Is there a TODO here, like "Allow recovery from corrupt pg_control via
Kevin Brown wrote:
> Tom Lane wrote:
> > Kevin Brown <kevin(at)sysexperts(dot)com> writes:
> > > One question I have is: in the event of a crash, why not simply replay
> > > all the transactions found in the WAL? Is the startup time of the
> > > database that badly affected if pg_control is ignored?
> > Interesting thought, indeed. Since we truncate the WAL after each
> > checkpoint, seems like this approach would no more than double the time
> > for restart.
> Hmm...truncating the WAL after each checkpoint minimizes the amount of
> disk space eaten by the WAL, but on the other hand keeping older
> segments around buys you some safety in the event that things get
> really hosed. But your later comments make it sound like the older
> WAL segments are kept around anyway, just rotated.
> > The win is it'd eliminate pg_control as a single point of
> > failure. It's always bothered me that we have to update pg_control on
> > every checkpoint --- it should be a write-pretty-darn-seldom file,
> > considering how critical it is.
> > I think we'd have to make some changes in the code for deleting old
> > WAL segments --- right now it's not careful to delete them in order.
> > But surely that can be coped with.
> Even that might not be necessary. See below.
> > OTOH, this might just move the locus for fatal failures out of
> > pg_control and into the OS' algorithms for writing directory updates.
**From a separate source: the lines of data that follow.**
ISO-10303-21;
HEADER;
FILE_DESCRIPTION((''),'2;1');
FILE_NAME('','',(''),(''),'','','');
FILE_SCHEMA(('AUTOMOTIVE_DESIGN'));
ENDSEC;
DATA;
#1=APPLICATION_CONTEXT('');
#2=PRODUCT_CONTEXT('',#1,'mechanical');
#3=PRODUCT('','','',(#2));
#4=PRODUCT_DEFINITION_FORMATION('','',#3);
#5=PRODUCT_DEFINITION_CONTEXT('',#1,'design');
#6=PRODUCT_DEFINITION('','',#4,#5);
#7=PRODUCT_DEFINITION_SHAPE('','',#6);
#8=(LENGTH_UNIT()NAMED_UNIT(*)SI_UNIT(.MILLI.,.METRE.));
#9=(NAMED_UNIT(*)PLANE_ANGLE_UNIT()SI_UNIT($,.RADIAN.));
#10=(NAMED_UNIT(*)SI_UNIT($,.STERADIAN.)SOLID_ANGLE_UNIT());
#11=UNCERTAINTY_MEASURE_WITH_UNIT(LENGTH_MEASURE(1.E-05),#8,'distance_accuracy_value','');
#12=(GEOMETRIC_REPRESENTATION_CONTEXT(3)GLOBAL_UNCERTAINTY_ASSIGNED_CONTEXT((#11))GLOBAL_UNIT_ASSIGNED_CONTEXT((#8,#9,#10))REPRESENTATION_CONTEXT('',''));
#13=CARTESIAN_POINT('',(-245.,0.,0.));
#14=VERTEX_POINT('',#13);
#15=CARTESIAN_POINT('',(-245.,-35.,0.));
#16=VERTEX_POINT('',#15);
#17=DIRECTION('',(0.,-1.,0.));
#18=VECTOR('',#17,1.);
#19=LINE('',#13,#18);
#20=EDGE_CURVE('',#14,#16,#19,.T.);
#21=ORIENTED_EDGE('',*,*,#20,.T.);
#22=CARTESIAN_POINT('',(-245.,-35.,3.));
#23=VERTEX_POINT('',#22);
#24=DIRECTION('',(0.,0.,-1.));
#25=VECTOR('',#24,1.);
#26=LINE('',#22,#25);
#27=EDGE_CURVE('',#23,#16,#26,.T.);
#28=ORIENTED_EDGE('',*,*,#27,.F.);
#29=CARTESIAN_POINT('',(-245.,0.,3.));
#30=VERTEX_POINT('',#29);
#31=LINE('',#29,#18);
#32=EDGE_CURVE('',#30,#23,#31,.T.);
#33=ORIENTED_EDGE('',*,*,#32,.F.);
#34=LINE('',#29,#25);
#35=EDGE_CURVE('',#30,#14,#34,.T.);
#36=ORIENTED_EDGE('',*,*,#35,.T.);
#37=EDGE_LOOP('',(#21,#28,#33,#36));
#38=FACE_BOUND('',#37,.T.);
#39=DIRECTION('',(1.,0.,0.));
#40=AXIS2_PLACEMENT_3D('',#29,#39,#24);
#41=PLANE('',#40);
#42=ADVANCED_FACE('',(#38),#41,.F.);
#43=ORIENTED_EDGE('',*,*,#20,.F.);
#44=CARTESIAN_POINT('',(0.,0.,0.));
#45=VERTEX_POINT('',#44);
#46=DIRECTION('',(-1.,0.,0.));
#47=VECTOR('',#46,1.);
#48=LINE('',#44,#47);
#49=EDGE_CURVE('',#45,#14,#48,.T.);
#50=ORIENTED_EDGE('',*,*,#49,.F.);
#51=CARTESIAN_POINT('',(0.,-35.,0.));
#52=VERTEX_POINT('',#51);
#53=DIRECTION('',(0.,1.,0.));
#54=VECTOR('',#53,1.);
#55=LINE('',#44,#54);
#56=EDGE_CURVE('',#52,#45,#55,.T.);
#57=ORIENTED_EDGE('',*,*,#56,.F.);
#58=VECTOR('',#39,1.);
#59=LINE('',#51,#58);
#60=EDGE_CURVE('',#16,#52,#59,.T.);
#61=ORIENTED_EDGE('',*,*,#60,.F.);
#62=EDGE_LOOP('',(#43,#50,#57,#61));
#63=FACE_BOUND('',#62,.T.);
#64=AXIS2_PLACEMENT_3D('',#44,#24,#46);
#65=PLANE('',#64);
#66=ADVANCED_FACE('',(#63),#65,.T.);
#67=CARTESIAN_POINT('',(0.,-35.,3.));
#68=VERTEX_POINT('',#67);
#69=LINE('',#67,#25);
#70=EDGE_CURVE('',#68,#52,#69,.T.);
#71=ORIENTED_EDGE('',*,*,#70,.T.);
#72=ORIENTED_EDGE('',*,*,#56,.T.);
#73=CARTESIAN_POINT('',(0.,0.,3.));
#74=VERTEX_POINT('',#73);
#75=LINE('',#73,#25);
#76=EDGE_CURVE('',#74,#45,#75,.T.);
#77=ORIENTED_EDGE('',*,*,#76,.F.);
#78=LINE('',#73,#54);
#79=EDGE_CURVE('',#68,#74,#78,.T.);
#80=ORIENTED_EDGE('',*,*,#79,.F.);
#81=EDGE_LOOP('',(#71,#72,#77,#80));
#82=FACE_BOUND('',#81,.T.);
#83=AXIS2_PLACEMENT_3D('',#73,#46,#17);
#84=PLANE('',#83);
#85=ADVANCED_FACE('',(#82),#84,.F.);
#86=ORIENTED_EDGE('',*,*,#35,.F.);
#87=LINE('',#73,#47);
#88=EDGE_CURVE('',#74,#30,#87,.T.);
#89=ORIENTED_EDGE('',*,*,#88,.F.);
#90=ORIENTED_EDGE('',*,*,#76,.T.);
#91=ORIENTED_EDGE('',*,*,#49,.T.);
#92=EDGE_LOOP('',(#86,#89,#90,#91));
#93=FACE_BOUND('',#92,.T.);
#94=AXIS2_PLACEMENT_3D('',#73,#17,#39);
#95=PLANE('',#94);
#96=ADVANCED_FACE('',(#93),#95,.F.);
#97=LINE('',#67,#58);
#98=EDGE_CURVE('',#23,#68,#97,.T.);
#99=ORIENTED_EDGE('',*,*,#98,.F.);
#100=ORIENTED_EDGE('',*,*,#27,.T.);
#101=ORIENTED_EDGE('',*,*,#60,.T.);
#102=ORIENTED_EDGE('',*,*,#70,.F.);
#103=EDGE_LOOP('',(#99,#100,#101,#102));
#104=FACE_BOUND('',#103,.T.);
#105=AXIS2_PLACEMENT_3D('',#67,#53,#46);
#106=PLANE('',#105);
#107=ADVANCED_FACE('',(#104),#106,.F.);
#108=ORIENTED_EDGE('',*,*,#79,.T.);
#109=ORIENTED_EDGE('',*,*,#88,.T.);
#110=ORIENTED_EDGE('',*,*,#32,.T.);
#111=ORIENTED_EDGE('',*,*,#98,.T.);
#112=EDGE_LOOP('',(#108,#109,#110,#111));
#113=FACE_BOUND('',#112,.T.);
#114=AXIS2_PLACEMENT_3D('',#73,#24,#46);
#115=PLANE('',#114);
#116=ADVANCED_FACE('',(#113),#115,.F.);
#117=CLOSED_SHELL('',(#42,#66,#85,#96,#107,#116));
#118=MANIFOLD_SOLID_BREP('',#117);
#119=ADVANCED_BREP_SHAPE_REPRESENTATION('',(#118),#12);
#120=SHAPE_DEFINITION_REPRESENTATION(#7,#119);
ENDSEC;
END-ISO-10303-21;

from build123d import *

# Parameters (mm, degrees)
SKETCH_1_W      = 245
SKETCH_1_H      = 35
EXTRUDE_1_DEPTH = 3


with BuildPart() as part:
    # 草图1 → 凸台-拉伸1 (new body)
    with BuildSketch(Plane.XY):
        with Locations((-122.5, -17.5)):
            Rectangle(SKETCH_1_W, SKETCH_1_H)
    extrude(amount=EXTRUDE_1_DEPTH)


solid = part.part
> > We would have no cross-check that the set of WAL file names visible in
> > pg_xlog is sensible or aligned with the true state of the datafile
> > area.
> Well, what we somehow need to guarantee is that there is always WAL
> data that is older than the newest consistent data in the datafile
> area, right? Meaning that if the datafile area gets scribbled on in
> an inconsistent manner, you always have WAL data to fill in the gaps.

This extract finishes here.